(Source information)

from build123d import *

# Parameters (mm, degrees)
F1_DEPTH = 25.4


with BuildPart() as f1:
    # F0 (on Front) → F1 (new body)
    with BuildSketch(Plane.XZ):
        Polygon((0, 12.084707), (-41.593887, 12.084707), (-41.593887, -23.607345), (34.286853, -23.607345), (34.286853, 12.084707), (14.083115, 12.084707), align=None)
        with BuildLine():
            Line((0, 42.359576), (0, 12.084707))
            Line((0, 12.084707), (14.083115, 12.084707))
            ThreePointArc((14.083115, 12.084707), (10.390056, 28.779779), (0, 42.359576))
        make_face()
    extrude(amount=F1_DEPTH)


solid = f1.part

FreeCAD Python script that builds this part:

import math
import FreeCAD as App
import Part
import Sketcher

V = App.Vector
Q = App.Units.Quantity

doc = App.newDocument("Part")
body = doc.addObject("PartDesign::Body", "Body")

# Sketch on XZ plane
sketch1 = doc.addObject("Sketcher::SketchObject", "Sketch")
body.addObject(sketch1)
sketch1.AttachmentSupport = (doc.XZ_Plane, [""])
sketch1.MapMode = "FlatFace"
sketch1.addGeometry([
    Part.LineSegment(V(-42, 12, 0), V(-42, -24, 0)),  # 0
    Part.LineSegment(V(-42, -24, 0), V(34, -24, 0)),  # 1
    Part.LineSegment(V(34, -24, 0), V(34, 12, 0)),  # 2
    Part.LineSegment(V(34, 12, 0), V(14, 12, 0)),  # 3
    Part.ArcOfCircle(Part.Circle(V(-25, 12, 0), V(0, 0, 1), 40), math.radians(0), math.radians(50)),  # 4
    Part.LineSegment(V(0, 42, 0), V(0, 12, 0)),  # 5
    Part.LineSegment(V(0, 12, 0), V(-42, 12, 0)),  # 6
], False)
sketch1.addConstraint([
    Sketcher.Constraint("Coincident", 0, 2, 1, 1),
    Sketcher.Constraint("Coincident", 1, 2, 2, 1),
    Sketcher.Constraint("Coincident", 2, 2, 3, 1),
    Sketcher.Constraint("Coincident", 3, 2, 4, 1),
    Sketcher.Constraint("Coincident", 4, 2, 5, 1),
    Sketcher.Constraint("Coincident", 5, 2, 6, 1),
    Sketcher.Constraint("Coincident", 6, 2, 0, 1),
    Sketcher.Constraint("Vertical", 0),
    Sketcher.Constraint("Horizontal", 1),
    Sketcher.Constraint("Vertical", 2),
    Sketcher.Constraint("Horizontal", 3),
    Sketcher.Constraint("Vertical", 5),
    Sketcher.Constraint("Horizontal", 6),
    Sketcher.Constraint("PointOnObject", 4, 2, -2),
    Sketcher.Constraint("Horizontal", 3, 2, 5, 2),
    Sketcher.Constraint("DistanceY", -1, 1, 4, 2, Q("1.6676998 in")),
    Sketcher.Constraint("Radius", 4, 39.582934),
    Sketcher.Constraint("DistanceX", 1, 1, 1, 2, 75.88074),
    Sketcher.Constraint("DistanceX", 3, 2, 3, 1, 20.203738),
    Sketcher.Constraint("DistanceY", 0, 2, 0, 1, 35.692052),
    Sketcher.Constraint("DistanceY", 5, 2, 5, 1, 30.274869),
    Sketcher.Constraint("DistanceX", 6, 2, 6, 1, 41.593887),
])
pad1 = doc.addObject("PartDesign::Pad", "Pad")
body.addObject(pad1)
pad1.Profile = sketch1
pad1.Length = Q("1 in")

doc.recompute()
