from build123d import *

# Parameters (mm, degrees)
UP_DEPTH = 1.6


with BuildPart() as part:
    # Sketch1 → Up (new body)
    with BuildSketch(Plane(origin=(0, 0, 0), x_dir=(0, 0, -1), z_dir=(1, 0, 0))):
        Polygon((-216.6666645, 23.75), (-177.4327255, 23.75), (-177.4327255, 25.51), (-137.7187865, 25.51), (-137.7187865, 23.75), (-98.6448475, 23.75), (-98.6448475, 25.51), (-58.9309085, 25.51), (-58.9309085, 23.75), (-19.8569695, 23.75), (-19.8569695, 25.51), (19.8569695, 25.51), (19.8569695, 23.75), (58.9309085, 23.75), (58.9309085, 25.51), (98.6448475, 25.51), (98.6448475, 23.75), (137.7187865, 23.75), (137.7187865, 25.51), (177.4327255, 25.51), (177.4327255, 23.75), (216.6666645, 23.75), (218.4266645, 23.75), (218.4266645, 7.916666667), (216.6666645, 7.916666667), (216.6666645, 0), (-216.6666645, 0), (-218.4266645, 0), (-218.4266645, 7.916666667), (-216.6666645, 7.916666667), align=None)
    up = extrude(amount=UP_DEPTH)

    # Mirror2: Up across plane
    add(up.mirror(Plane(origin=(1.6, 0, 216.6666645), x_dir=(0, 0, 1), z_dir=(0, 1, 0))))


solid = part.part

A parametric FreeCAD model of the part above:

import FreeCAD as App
import Part
import Sketcher
from FreeCAD import Vector

doc = App.newDocument("Part")
params = doc.addObject("Spreadsheet::Sheet", "Params")
for row, (alias, value) in enumerate([
    ("sketch1_width", "1.76 mm"),
    ("pad1_length", "1.6 mm"),
], start=1):
    params.set(f"A{row}", alias)
    params.set(f"B{row}", "=" + value)
    params.setAlias(f"B{row}", alias)

body = doc.addObject("PartDesign::Body", "Body")

sketch1 = body.newObject("Sketcher::SketchObject", "Sketch")
sketch1.AttachmentSupport = (doc.getObject("YZ_Plane"), [""])
sketch1.MapMode = "FlatFace"
sketch1.addGeometry([
    Part.LineSegment(Vector(23.75, 177.432726, 0), Vector(23.75, 216.666664, 0)),
    Part.LineSegment(Vector(23.75, 216.666664, 0), Vector(7.916667, 216.666664, 0)),
    Part.LineSegment(Vector(7.916667, 216.666664, 0), Vector(7.916667, 218.426664, 0)),
    Part.LineSegment(Vector(7.916667, 218.426664, 0), Vector(0, 218.426664, 0)),
    Part.LineSegment(Vector(0, 218.426664, 0), Vector(0, -216.666664, 0)),
    Part.LineSegment(Vector(0, -216.666664, 0), Vector(7.916667, -216.666664, 0)),
    Part.LineSegment(Vector(7.916667, -216.666664, 0), Vector(7.916667, -218.426664, 0)),
    Part.LineSegment(Vector(7.916667, -218.426664, 0), Vector(23.75, -218.426664, 0)),
    Part.LineSegment(Vector(23.75, -218.426664, 0), Vector(23.75, -177.432726, 0)),
    Part.LineSegment(Vector(23.75, -177.432726, 0), Vector(25.51, -177.432726, 0)),
    Part.LineSegment(Vector(25.51, -177.432726, 0), Vector(25.51, -137.718786, 0)),
    Part.LineSegment(Vector(25.51, -137.718786, 0), Vector(23.75, -137.718786, 0)),
    Part.LineSegment(Vector(23.75, -137.718786, 0), Vector(23.75, -98.644847, 0)),
    Part.LineSegment(Vector(23.75, -98.644847, 0), Vector(25.51, -98.644847, 0)),
    Part.LineSegment(Vector(25.51, -98.644847, 0), Vector(25.51, -58.930909, 0)),
    Part.LineSegment(Vector(25.51, -58.930909, 0), Vector(23.75, -58.930909, 0)),
    Part.LineSegment(Vector(23.75, -58.930909, 0), Vector(23.75, -19.85697, 0)),
    Part.LineSegment(Vector(23.75, -19.85697, 0), Vector(25.51, -19.85697, 0)),
    Part.LineSegment(Vector(25.51, -19.85697, 0), Vector(25.51, 19.85697, 0)),
    Part.LineSegment(Vector(25.51, 19.85697, 0), Vector(23.75, 19.85697, 0)),
    Part.LineSegment(Vector(23.75, 19.85697, 0), Vector(23.75, 58.930909, 0)),
    Part.LineSegment(Vector(23.75, 58.930909, 0), Vector(25.51, 58.930909, 0)),
    Part.LineSegment(Vector(25.51, 58.930909, 0), Vector(25.51, 98.644847, 0)),
    Part.LineSegment(Vector(25.51, 98.644847, 0), Vector(23.75, 98.644847, 0)),
    Part.LineSegment(Vector(23.75, 98.644847, 0), Vector(23.75, 137.718786, 0)),
    Part.LineSegment(Vector(23.75, 137.718786, 0), Vector(25.51, 137.718786, 0)),
    Part.LineSegment(Vector(25.51, 137.718786, 0), Vector(25.51, 177.432726, 0)),
    Part.LineSegment(Vector(25.51, 177.432726, 0), Vector(23.75, 177.432726, 0)),
], False)
sketch1.addConstraint([
    Sketcher.Constraint("Coincident", 0, 2, 1, 1),
    Sketcher.Constraint("Coincident", 1, 2, 2, 1),
    Sketcher.Constraint("Coincident", 2, 2, 3, 1),
    Sketcher.Constraint("Coincident", 3, 2, 4, 1),
    Sketcher.Constraint("Coincident", 4, 2, 5, 1),
    Sketcher.Constraint("Coincident", 5, 2, 6, 1),
    Sketcher.Constraint("Coincident", 6, 2, 7, 1),
    Sketcher.Constraint("Coincident", 7, 2, 8, 1),
    Sketcher.Constraint("Coincident", 8, 2, 9, 1),
    Sketcher.Constraint("Coincident", 9, 2, 10, 1),
    Sketcher.Constraint("Coincident", 10, 2, 11, 1),
    Sketcher.Constraint("Coincident", 11, 2, 12, 1),
    Sketcher.Constraint("Coincident", 12, 2, 13, 1),
    Sketcher.Constraint("Coincident", 13, 2, 14, 1),
    Sketcher.Constraint("Coincident", 14, 2, 15, 1),
    Sketcher.Constraint("Coincident", 15, 2, 16, 1),
    Sketcher.Constraint("Coincident", 16, 2, 17, 1),
    Sketcher.Constraint("Coincident", 17, 2, 18, 1),
    Sketcher.Constraint("Coincident", 18, 2, 19, 1),
    Sketcher.Constraint("Coincident", 19, 2, 20, 1),
    Sketcher.Constraint("Coincident", 20, 2, 21, 1),
    Sketcher.Constraint("Coincident", 21, 2, 22, 1),
    Sketcher.Constraint("Coincident", 22, 2, 23, 1),
    Sketcher.Constraint("Coincident", 23, 2, 24, 1),
    Sketcher.Constraint("Coincident", 24, 2, 25, 1),
    Sketcher.Constraint("Coincident", 25, 2, 26, 1),
    Sketcher.Constraint("Coincident", 26, 2, 27, 1),
    Sketcher.Constraint("Coincident", 27, 2, 0, 1),
    Sketcher.Constraint("Vertical", 0),
    Sketcher.Constraint("Horizontal", 1),
    Sketcher.Constraint("Vertical", 2),
    Sketcher.Constraint("Horizontal", 3),
    Sketcher.Constraint("Vertical", 4),
    Sketcher.Constraint("Horizontal", 5),
    Sketcher.Constraint("Vertical", 6),
    Sketcher.Constraint("Horizontal", 7),
    Sketcher.Constraint("Vertical", 8),
    Sketcher.Constraint("Horizontal", 9),
    Sketcher.Constraint("Vertical", 10),
    Sketcher.Constraint("Horizontal", 11),
    Sketcher.Constraint("Vertical", 12),
    Sketcher.Constraint("Horizontal", 13),
    Sketcher.Constraint("Vertical", 14),
    Sketcher.Constraint("Horizontal", 15),
    Sketcher.Constraint("Vertical", 16),
    Sketcher.Constraint("Horizontal", 17),
    Sketcher.Constraint("Vertical", 18),
    Sketcher.Constraint("Horizontal", 19),
    Sketcher.Constraint("Vertical", 20),
    Sketcher.Constraint("Horizontal", 21),
    Sketcher.Constraint("Vertical", 22),
    Sketcher.Constraint("Horizontal", 23),
    Sketcher.Constraint("Vertical", 24),
    Sketcher.Constraint("Horizontal", 25),
    Sketcher.Constraint("Vertical", 26),
    Sketcher.Constraint("Horizontal", 27),
    Sketcher.Constraint("Symmetric", 1, 2, 5, 2, -1),
    Sketcher.Constraint("Symmetric", 16, 2, 19, 2, -1),
    Sketcher.Constraint("Symmetric", 14, 2, 21, 2, -1),
    Sketcher.Constraint("Symmetric", 12, 2, 23, 2, -1),
    Sketcher.Constraint("Symmetric", 10, 2, 25, 2, -1),
    Sketcher.Constraint("Symmetric", 8, 2, 27, 2, -1),
    Sketcher.Constraint("PointOnObject", 3, 2, -2),
    Sketcher.Constraint("Vertical", 8, 2, 11, 2),
    Sketcher.Constraint("Vertical", 10, 2, 13, 2),
    Sketcher.Constraint("Vertical", 12, 2, 15, 2),
    Sketcher.Constraint("Vertical", 14, 2, 17, 2),
    Sketcher.Constraint("Equal", 27, 2),
    Sketcher.Constraint("Equal", 2, 6),
    Sketcher.Constraint("Equal", 10, 14),
    Sketcher.Constraint("Equal", 12, 16),
    Sketcher.Constraint("Equal", 14, 18),
    Sketcher.Constraint("DistanceX", 9, 1, 9, 2, 1.76),
    Sketcher.Constraint("DistanceX", -1, 1, 0, 2, 23.75),
    Sketcher.Constraint("DistanceY", 0, 1, 0, 2, 39.233939),
    Sketcher.Constraint("DistanceY", 4, 2, 4, 1, 435.093329),
    Sketcher.Constraint("DistanceY", 10, 1, 10, 2, 39.713939),
    Sketcher.Constraint("DistanceX", 1, 2, 1, 1, 15.833333),
])
sketch1.setExpression("Constraints[72]", "Params.sketch1_width")
pad1 = body.newObject("PartDesign::Pad", "Pad")
pad1.Profile = sketch1
pad1.setExpression("Length", "Params.pad1_length")
doc.recompute()

mirrored = body.newObject("PartDesign::Mirrored", "Mirrored")
mirrored.Originals = [pad1]
mirrored.MirrorPlane = (doc.getObject("XZ_Plane"), [""])
body.Tip = mirrored

doc.recompute()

(Your task)
Reproduce the lines of the entries above from the one with "make_face()" to the one with "FreeCAD Python script", both included, exactly and without any other line.

(Exercise solution)
        make_face()
    extrude(amount=F1_DEPTH)


solid = f1.part

FreeCAD Python script that builds this part:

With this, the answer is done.